ASSIGNMENT>
Look below for the line holding "#300=MANIFOLD_SOLID_BREP('',#299);" and the line holding "Line((1.343630623, 38.47654684), (1.395979868, 39.975633081))". Transcribe exactly those lines and all lines between them, nothing more.

[Data excerpts]

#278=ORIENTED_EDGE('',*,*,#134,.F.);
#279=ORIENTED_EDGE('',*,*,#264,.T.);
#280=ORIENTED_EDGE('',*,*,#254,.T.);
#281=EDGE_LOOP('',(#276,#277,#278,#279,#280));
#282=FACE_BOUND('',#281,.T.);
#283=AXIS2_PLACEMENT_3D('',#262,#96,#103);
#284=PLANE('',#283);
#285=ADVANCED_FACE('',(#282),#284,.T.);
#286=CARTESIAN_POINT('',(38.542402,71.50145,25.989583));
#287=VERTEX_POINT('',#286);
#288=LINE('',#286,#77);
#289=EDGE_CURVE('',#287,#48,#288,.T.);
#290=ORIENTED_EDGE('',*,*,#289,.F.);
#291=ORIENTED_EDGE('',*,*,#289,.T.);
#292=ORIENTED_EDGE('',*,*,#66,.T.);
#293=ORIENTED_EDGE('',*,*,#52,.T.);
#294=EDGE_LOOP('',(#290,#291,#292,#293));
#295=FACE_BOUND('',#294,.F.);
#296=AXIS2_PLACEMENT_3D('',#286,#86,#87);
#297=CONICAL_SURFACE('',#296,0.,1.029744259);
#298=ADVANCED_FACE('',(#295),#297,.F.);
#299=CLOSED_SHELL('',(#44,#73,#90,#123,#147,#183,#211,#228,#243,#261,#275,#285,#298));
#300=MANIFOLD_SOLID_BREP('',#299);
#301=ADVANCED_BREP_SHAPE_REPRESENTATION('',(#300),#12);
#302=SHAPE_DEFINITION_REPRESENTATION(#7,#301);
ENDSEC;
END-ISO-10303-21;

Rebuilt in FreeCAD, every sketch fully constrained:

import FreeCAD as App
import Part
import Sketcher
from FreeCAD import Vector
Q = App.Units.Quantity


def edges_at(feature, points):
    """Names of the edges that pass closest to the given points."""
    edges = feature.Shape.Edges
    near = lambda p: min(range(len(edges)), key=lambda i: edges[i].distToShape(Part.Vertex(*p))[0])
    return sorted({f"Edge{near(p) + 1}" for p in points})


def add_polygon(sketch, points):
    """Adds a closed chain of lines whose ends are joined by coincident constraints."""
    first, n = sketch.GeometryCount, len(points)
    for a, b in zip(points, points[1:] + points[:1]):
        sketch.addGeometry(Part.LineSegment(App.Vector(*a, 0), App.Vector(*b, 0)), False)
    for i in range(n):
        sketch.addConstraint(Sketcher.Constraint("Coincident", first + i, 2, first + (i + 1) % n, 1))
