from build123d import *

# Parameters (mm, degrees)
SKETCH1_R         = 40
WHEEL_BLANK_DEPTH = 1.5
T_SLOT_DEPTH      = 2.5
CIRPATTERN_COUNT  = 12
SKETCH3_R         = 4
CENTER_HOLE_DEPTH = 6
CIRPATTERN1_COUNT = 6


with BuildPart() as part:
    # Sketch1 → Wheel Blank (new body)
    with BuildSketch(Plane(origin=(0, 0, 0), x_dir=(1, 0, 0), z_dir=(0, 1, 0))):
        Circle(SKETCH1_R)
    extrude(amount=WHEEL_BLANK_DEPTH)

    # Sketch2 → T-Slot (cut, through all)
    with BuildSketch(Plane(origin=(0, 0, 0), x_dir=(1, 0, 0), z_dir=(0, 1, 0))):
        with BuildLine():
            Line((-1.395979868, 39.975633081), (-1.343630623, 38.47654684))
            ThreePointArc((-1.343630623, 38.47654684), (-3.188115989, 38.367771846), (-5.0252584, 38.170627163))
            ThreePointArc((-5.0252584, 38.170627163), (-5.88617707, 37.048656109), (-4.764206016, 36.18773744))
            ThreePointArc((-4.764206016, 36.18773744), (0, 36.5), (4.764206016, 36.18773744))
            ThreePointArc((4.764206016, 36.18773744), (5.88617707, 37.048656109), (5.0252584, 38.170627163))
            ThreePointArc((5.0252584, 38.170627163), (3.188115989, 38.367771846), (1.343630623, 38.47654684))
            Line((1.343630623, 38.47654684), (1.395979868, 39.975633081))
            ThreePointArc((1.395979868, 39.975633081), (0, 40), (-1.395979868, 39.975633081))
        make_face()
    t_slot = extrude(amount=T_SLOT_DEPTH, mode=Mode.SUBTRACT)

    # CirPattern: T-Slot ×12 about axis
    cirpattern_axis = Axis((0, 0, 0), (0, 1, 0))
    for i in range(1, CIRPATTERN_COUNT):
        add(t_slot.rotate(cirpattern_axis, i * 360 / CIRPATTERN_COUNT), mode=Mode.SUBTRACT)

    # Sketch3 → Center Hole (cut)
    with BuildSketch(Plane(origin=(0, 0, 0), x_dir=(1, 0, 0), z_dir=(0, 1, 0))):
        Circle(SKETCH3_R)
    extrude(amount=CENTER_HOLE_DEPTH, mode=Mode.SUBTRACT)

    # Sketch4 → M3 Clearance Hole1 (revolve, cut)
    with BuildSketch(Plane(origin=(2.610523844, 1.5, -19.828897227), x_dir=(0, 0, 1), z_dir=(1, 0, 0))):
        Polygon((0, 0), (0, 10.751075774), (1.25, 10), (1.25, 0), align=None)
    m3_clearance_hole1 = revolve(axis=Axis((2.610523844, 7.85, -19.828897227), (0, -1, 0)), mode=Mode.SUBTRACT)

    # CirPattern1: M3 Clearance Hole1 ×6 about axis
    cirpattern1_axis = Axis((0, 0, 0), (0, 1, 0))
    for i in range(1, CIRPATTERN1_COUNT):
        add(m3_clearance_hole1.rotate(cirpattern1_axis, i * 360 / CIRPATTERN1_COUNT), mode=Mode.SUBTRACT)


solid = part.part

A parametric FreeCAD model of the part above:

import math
import FreeCAD as App
import Part
import Sketcher

V = App.Vector
Q = App.Units.Quantity

doc = App.newDocument("Part")
body = doc.addObject("PartDesign::Body", "Body")

# Sketch on XZ plane
sketch1 = doc.addObject("Sketcher::SketchObject", "Sketch")
body.addObject(sketch1)
sketch1.AttachmentSupport = (doc.XZ_Plane, [""])
sketch1.MapMode = "FlatFace"
sketch1.addGeometry(Part.Circle(V(0, 0, 0), V(0, 0, 1), 40), False)
sketch1.addConstraint(Sketcher.Constraint("Coincident", 0, 3, -1, 1))
sketch1.addConstraint(Sketcher.Constraint("Diameter", 0, Q("80 mm")))
pad1 = doc.addObject("PartDesign::Pad", "Pad")
body.addObject(pad1)
pad1.Profile = sketch1
pad1.Length = 1.5
pad1.Reversed = True

# Sketch on XZ plane
sketch2 = doc.addObject("Sketcher::SketchObject", "Sketch001")
body.addObject(sketch2)
sketch2.AttachmentSupport = (doc.XZ_Plane, [""])
sketch2.MapMode = "FlatFace"
sketch2.addGeometry(Part.LineSegment(V(-1.4, -40, 0), V(-1.3, -38.5, 0)), False)
sketch2.addGeometry(Part.ArcOfCircle(Part.Circle(V(0, 0, 0), V(0, 0, 1), 38.5), math.radians(-97.5), math.radians(-92)), False)
sketch2.addGeometry(Part.ArcOfCircle(Part.Circle(V(-4.9, -37.2, 0), V(0, 0, 1), 1), math.radians(82), math.radians(263)), False)
sketch2.addGeometry(Part.ArcOfCircle(Part.Circle(V(0, 0, 0), V(0, 0, 1), 36.5), math.radians(-97.5), math.radians(-82.5)), False)
sketch2.addGeometry(Part.ArcOfCircle(Part.Circle(V(4.9, -37.2, 0), V(0, 0, 1), 1), math.radians(-83), math.radians(98)), False)
sketch2.addGeometry(Part.ArcOfCircle(Part.Circle(V(0, 0, 0), V(0, 0, 1), 38.5), math.radians(-88), math.radians(-82.5)), False)
sketch2.addGeometry(Part.LineSegment(V(1.3, -38.5, 0), V(1.4, -40, 0)), False)
sketch2.addGeometry(Part.ArcOfCircle(Part.Circle(V(0, 0, 0), V(0, 0, 1), 40), math.radians(-92), math.radians(-88)), False)
sketch2.addConstraint(Sketcher.Constraint("Coincident", 0, 2, 1, 2))
sketch2.addConstraint(Sketcher.Constraint("Tangent", 1, 1, 2, 2))
sketch2.addConstraint(Sketcher.Constraint("Tangent", 2, 1, 3, 1))
sketch2.addConstraint(Sketcher.Constraint("Tangent", 3, 2, 4, 2))
sketch2.addConstraint(Sketcher.Constraint("Tangent", 4, 1, 5, 2))
sketch2.addConstraint(Sketcher.Constraint("Coincident", 5, 1, 6, 1))
sketch2.addConstraint(Sketcher.Constraint("Coincident", 6, 2, 7, 2))
sketch2.addConstraint(Sketcher.Constraint("Coincident", 7, 1, 0, 1))
sketch2.addConstraint(Sketcher.Constraint("Coincident", 1, 3, -1, 1))
sketch2.addConstraint(Sketcher.Constraint("Coincident", 3, 3, -1, 1))
sketch2.addConstraint(Sketcher.Constraint("Coincident", 5, 3, -1, 1))
sketch2.addConstraint(Sketcher.Constraint("Coincident", 7, 3, -1, 1))
sketch2.addConstraint(Sketcher.Constraint("Equal", 2, 4))
sketch2.addConstraint(Sketcher.Constraint("Horizontal", 2, 3, 4, 3))
sketch2.addConstraint(Sketcher.Constraint("Horizontal", 0, 2, 5, 1))
sketch2.addConstraint(Sketcher.Constraint("Horizontal", 6, 2, 7, 1))
sketch2.addConstraint(Sketcher.Constraint("Radius", 2, Q("1 mm")))
sketch2.addConstraint(Sketcher.Constraint("Radius", 7, Q("40 mm")))
sketch2.addConstraint(Sketcher.Constraint("Radius", 1, Q("38.5 mm")))
sketch2.addConstraint(Sketcher.Constraint("Angle", 0, Q("88 deg")))
sketch2.addConstraint(Sketcher.Constraint("DistanceX", 2, 3, 0, 2, Q("3.551102 mm")))
sketch2.addConstraint(Sketcher.Constraint("DistanceX", 0, 2, -1, 1, Q("1.343631 mm")))
pocket1 = doc.addObject("PartDesign::Pocket", "Pocket")
body.addObject(pocket1)
pocket1.Profile = sketch2
pocket1.Type = "ThroughAll"
doc.recompute()

polarpattern = doc.addObject("PartDesign::PolarPattern", "PolarPattern")
body.addObject(polarpattern)
polarpattern.Originals = [pocket1]
polarpattern.Axis = (doc.Y_Axis, [""])
polarpattern.Angle = 360
polarpattern.Occurrences = 12
body.Tip = polarpattern

# Sketch on XZ plane
sketch3 = doc.addObject("Sketcher::SketchObject", "Sketch002")
body.addObject(sketch3)
sketch3.AttachmentSupport = (doc.XZ_Plane, [""])
sketch3.MapMode = "FlatFace"
sketch3.addGeometry(Part.Circle(V(0, 0, 0), V(0, 0, 1), 4), False)
sketch3.addConstraint(Sketcher.Constraint("Coincident", 0, 3, -1, 1))
sketch3.addConstraint(Sketcher.Constraint("Diameter", 0, Q("8 mm")))
pocket2 = doc.addObject("PartDesign::Pocket", "Pocket001")
body.addObject(pocket2)
pocket2.Profile = sketch3
pocket2.Length = 6

# Sketch on YZ plane
sketch4 = doc.addObject("Sketcher::SketchObject", "Sketch003")
body.addObject(sketch4)
sketch4.AttachmentSupport = (doc.YZ_Plane, [""])
sketch4.MapMode = "FlatFace"
sketch4.AttachmentOffset = App.Placement(V(0, 0, 2.610524), App.Rotation())
sketch4.addGeometry(Part.LineSegment(V(-9.3, -19.8, 0), V(1.5, -19.8, 0)), False)
sketch4.addGeometry(Part.LineSegment(V(1.5, -19.8, 0), V(1.5, -18.6, 0)), False)
sketch4.addGeometry(Part.LineSegment(V(1.5, -18.6, 0), V(-8.5, -18.6, 0)), False)
sketch4.addGeometry(Part.LineSegment(V(-8.5, -18.6, 0), V(-9.3, -19.8, 0)), False)
sketch4.addGeometry(Part.LineSegment(V(1.5, -19.8, 0), V(-9.3, -19.8, 0)), True)  # axis
sketch4.addConstraint(Sketcher.Constraint("Coincident", 0, 2, 1, 1))
sketch4.addConstraint(Sketcher.Constraint("Coincident", 1, 2, 2, 1))
sketch4.addConstraint(Sketcher.Constraint("Coincident", 2, 2, 3, 1))
sketch4.addConstraint(Sketcher.Constraint("Coincident", 3, 2, 0, 1))
sketch4.addConstraint(Sketcher.Constraint("Horizontal", 0))
sketch4.addConstraint(Sketcher.Constraint("Vertical", 1))
sketch4.addConstraint(Sketcher.Constraint("Horizontal", 2))
sketch4.addConstraint(Sketcher.Constraint("Horizontal", 4))
sketch4.addConstraint(Sketcher.Constraint("Coincident", 4, 1, 0, 2))
sketch4.addConstraint(Sketcher.Constraint("Equal", 0, 4))
sketch4.addConstraint(Sketcher.Constraint("DistanceX", 2, 2, 2, 1, Q("10 mm")))
sketch4.addConstraint(Sketcher.Constraint("Angle", 3, Q("-121 deg")))
sketch4.addConstraint(Sketcher.Constraint("DistanceY", 1, 1, 1, 2, Q("1.25 mm")))
sketch4.addConstraint(Sketcher.Constraint("DistanceX", -1, 1, 0, 2, Q("1.5 mm")))
sketch4.addConstraint(Sketcher.Constraint("DistanceY", 0, 2, -1, 1, Q("19.828897 mm")))
groove = doc.addObject("PartDesign::Groove", "Groove")
body.addObject(groove)
groove.Profile = sketch4
groove.ReferenceAxis = (sketch4, ["Axis0"])
groove.Angle = 360
doc.recompute()

polarpattern2 = doc.addObject("PartDesign::PolarPattern", "PolarPattern001")
body.addObject(polarpattern2)
polarpattern2.Originals = [groove]
polarpattern2.Axis = (doc.Y_Axis, [""])
polarpattern2.Angle = 360
polarpattern2.Occurrences = 6
body.Tip = polarpattern2

doc.recompute()
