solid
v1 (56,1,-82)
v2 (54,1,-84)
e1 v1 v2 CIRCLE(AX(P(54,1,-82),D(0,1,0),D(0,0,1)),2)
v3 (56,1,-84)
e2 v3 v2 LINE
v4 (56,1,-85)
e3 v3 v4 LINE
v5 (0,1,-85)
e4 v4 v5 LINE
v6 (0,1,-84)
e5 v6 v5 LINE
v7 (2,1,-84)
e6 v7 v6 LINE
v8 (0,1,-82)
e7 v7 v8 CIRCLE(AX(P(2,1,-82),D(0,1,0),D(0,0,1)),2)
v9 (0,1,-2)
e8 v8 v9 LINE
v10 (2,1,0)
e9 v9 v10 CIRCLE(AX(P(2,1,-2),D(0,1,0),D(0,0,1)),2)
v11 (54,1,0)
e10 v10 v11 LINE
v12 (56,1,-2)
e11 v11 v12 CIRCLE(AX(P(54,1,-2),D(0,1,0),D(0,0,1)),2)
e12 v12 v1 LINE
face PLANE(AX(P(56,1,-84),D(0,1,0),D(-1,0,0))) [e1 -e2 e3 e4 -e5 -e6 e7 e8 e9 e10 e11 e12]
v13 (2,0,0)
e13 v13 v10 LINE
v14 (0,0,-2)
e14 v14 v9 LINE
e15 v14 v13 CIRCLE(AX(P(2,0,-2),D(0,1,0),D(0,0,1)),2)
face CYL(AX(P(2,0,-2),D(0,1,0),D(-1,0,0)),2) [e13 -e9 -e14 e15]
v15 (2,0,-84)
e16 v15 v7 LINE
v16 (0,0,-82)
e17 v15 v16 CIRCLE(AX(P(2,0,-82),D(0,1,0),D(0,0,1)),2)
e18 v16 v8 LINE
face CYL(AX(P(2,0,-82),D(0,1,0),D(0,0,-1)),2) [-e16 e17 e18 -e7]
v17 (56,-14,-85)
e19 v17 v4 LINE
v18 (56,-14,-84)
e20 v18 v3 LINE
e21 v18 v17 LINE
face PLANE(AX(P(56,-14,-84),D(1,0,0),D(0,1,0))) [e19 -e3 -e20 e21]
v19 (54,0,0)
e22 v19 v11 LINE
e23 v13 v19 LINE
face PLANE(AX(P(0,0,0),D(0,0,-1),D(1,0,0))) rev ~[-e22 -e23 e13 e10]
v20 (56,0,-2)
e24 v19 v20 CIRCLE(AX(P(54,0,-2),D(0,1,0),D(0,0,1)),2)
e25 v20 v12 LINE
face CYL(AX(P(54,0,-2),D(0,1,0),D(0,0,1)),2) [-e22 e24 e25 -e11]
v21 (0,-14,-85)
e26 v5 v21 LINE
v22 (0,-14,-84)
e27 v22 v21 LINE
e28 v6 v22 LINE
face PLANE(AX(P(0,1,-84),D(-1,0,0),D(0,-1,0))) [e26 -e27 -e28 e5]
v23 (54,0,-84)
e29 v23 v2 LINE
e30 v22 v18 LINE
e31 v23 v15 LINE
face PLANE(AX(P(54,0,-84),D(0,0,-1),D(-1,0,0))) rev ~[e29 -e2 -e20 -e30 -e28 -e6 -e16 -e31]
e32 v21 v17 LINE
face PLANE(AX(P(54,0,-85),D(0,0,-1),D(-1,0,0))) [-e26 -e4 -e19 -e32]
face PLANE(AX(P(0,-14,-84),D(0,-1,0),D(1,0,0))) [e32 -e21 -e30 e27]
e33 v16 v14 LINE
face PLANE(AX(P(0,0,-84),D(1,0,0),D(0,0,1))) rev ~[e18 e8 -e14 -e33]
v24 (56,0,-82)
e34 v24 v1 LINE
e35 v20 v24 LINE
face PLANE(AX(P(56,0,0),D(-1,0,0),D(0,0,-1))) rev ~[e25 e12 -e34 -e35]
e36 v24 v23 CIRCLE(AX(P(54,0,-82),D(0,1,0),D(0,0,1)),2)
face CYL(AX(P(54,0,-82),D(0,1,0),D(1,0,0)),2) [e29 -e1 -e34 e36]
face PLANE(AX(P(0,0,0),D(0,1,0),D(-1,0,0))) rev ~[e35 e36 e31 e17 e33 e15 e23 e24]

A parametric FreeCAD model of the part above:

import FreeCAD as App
import Part
import Sketcher


def edges_at(feature, points):
    """Names of the edges that pass closest to the given points."""
    edges = feature.Shape.Edges
    near = lambda p: min(range(len(edges)), key=lambda i: edges[i].distToShape(Part.Vertex(*p))[0])
    return sorted({f"Edge{near(p) + 1}" for p in points})


def add_polygon(sketch, points):
    """Adds a closed chain of lines whose ends are joined by coincident constraints."""
    first, n = sketch.GeometryCount, len(points)
    for a, b in zip(points, points[1:] + points[:1]):
        sketch.addGeometry(Part.LineSegment(App.Vector(*a, 0), App.Vector(*b, 0)), False)
    for i in range(n):
        sketch.addConstraint(Sketcher.Constraint("Coincident", first + i, 2, first + (i + 1) % n, 1))

doc = App.newDocument("Part")
body = doc.addObject("PartDesign::Body", "Body")

# Sketch on XZ plane
sketch1 = body.newObject("Sketcher::SketchObject", "Sketch")
sketch1.AttachmentSupport = (doc.getObject("XZ_Plane"), [""])
sketch1.MapMode = "FlatFace"
add_polygon(sketch1, [(0, -84), (0, 0), (56, 0), (56, -84)])  # lines 0-3
sketch1.addConstraint([
    Sketcher.Constraint("Vertical", 0),
    Sketcher.Constraint("Horizontal", 1),
    Sketcher.Constraint("Vertical", 2),
    Sketcher.Constraint("Horizontal", 3),
    Sketcher.Constraint("Coincident", 0, 2, -1, 1),
    Sketcher.Constraint("DistanceX", 1, 1, 1, 2, 56.0),
    Sketcher.Constraint("DistanceY", 0, 1, 0, 2, 84.0),
])
pad1 = body.newObject("PartDesign::Pad", "Pad")
pad1.Profile = sketch1
pad1.Length = 1
pad1.Reversed = True
doc.recompute()

fillet = body.newObject("PartDesign::Fillet", "Fillet")
fillet.Base = (pad1, edges_at(pad1, [(0, 0.5, 0)]))
fillet.Radius = 2
doc.recompute()

fillet2 = body.newObject("PartDesign::Fillet", "Fillet001")
fillet2.Base = (fillet, edges_at(fillet, [(56, 0.5, 0)]))
fillet2.Radius = 2
doc.recompute()

fillet3 = body.newObject("PartDesign::Fillet", "Fillet002")
fillet3.Base = (fillet2, edges_at(fillet2, [(56, 0.5, -84)]))
fillet3.Radius = 2
doc.recompute()

fillet4 = body.newObject("PartDesign::Fillet", "Fillet003")
fillet4.Base = (fillet3, edges_at(fillet3, [(0, 0.5, -84)]))
fillet4.Radius = 2

# Sketch on XY plane
sketch2 = body.newObject("Sketcher::SketchObject", "Sketch001")
sketch2.AttachmentSupport = (doc.getObject("XY_Plane"), [""])
sketch2.MapMode = "FlatFace"
sketch2.AttachmentOffset = App.Placement(App.Vector(0, 0, -84), App.Rotation())
add_polygon(sketch2, [(0, 1), (56, 1), (56, -14), (0, -14)])  # lines 0-3
sketch2.addConstraint([
    Sketcher.Constraint("Horizontal", 0),
    Sketcher.Constraint("Vertical", 1),
    Sketcher.Constraint("Horizontal", 2),
    Sketcher.Constraint("Vertical", 3),
    Sketcher.Constraint("PointOnObject", 2, 2, -2),
    Sketcher.Constraint("DistanceY", 1, 2, 1, 1, 15.0),
    Sketcher.Constraint("DistanceX", 0, 1, 0, 2, 56.0),
    Sketcher.Constraint("DistanceY", -1, 1, 0, 2, 1.0),
])
pad2 = body.newObject("PartDesign::Pad", "Pad001")
pad2.Profile = sketch2
pad2.Length = 1
pad2.Reversed = True

doc.recompute()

WRITTEN SOLUTION>
#300=MANIFOLD_SOLID_BREP('',#299);
#301=ADVANCED_BREP_SHAPE_REPRESENTATION('',(#300),#12);
#302=SHAPE_DEFINITION_REPRESENTATION(#7,#301);
ENDSEC;
END-ISO-10303-21;

Rebuilt in FreeCAD, every sketch fully constrained:

import FreeCAD as App
import Part
import Sketcher
from FreeCAD import Vector
Q = App.Units.Quantity


def edges_at(feature, points):
    """Names of the edges that pass closest to the given points."""
    edges = feature.Shape.Edges
    near = lambda p: min(range(len(edges)), key=lambda i: edges[i].distToShape(Part.Vertex(*p))[0])
    return sorted({f"Edge{near(p) + 1}" for p in points})


def add_polygon(sketch, points):
    """Adds a closed chain of lines whose ends are joined by coincident constraints."""
    first, n = sketch.GeometryCount, len(points)
    for a, b in zip(points, points[1:] + points[:1]):
        sketch.addGeometry(Part.LineSegment(App.Vector(*a, 0), App.Vector(*b, 0)), False)
    for i in range(n):
        sketch.addConstraint(Sketcher.Constraint("Coincident", first + i, 2, first + (i + 1) % n, 1))
from build123d import *

# Parameters (mm, degrees)
SKETCH1_R         = 40
WHEEL_BLANK_DEPTH = 1.5
T_SLOT_DEPTH      = 2.5
CIRPATTERN_COUNT  = 12
SKETCH3_R         = 4
CENTER_HOLE_DEPTH = 6
CIRPATTERN1_COUNT = 6


with BuildPart() as part:
    # Sketch1 → Wheel Blank (new body)
    with BuildSketch(Plane(origin=(0, 0, 0), x_dir=(1, 0, 0), z_dir=(0, 1, 0))):
        Circle(SKETCH1_R)
    extrude(amount=WHEEL_BLANK_DEPTH)

    # Sketch2 → T-Slot (cut, through all)
    with BuildSketch(Plane(origin=(0, 0, 0), x_dir=(1, 0, 0), z_dir=(0, 1, 0))):
        with BuildLine():
            Line((-1.395979868, 39.975633081), (-1.343630623, 38.47654684))
            ThreePointArc((-1.343630623, 38.47654684), (-3.188115989, 38.367771846), (-5.0252584, 38.170627163))
            ThreePointArc((-5.0252584, 38.170627163), (-5.88617707, 37.048656109), (-4.764206016, 36.18773744))
            ThreePointArc((-4.764206016, 36.18773744), (0, 36.5), (4.764206016, 36.18773744))
            ThreePointArc((4.764206016, 36.18773744), (5.88617707, 37.048656109), (5.0252584, 38.170627163))
            ThreePointArc((5.0252584, 38.170627163), (3.188115989, 38.367771846), (1.343630623, 38.47654684))
            Line((1.343630623, 38.47654684), (1.395979868, 39.975633081))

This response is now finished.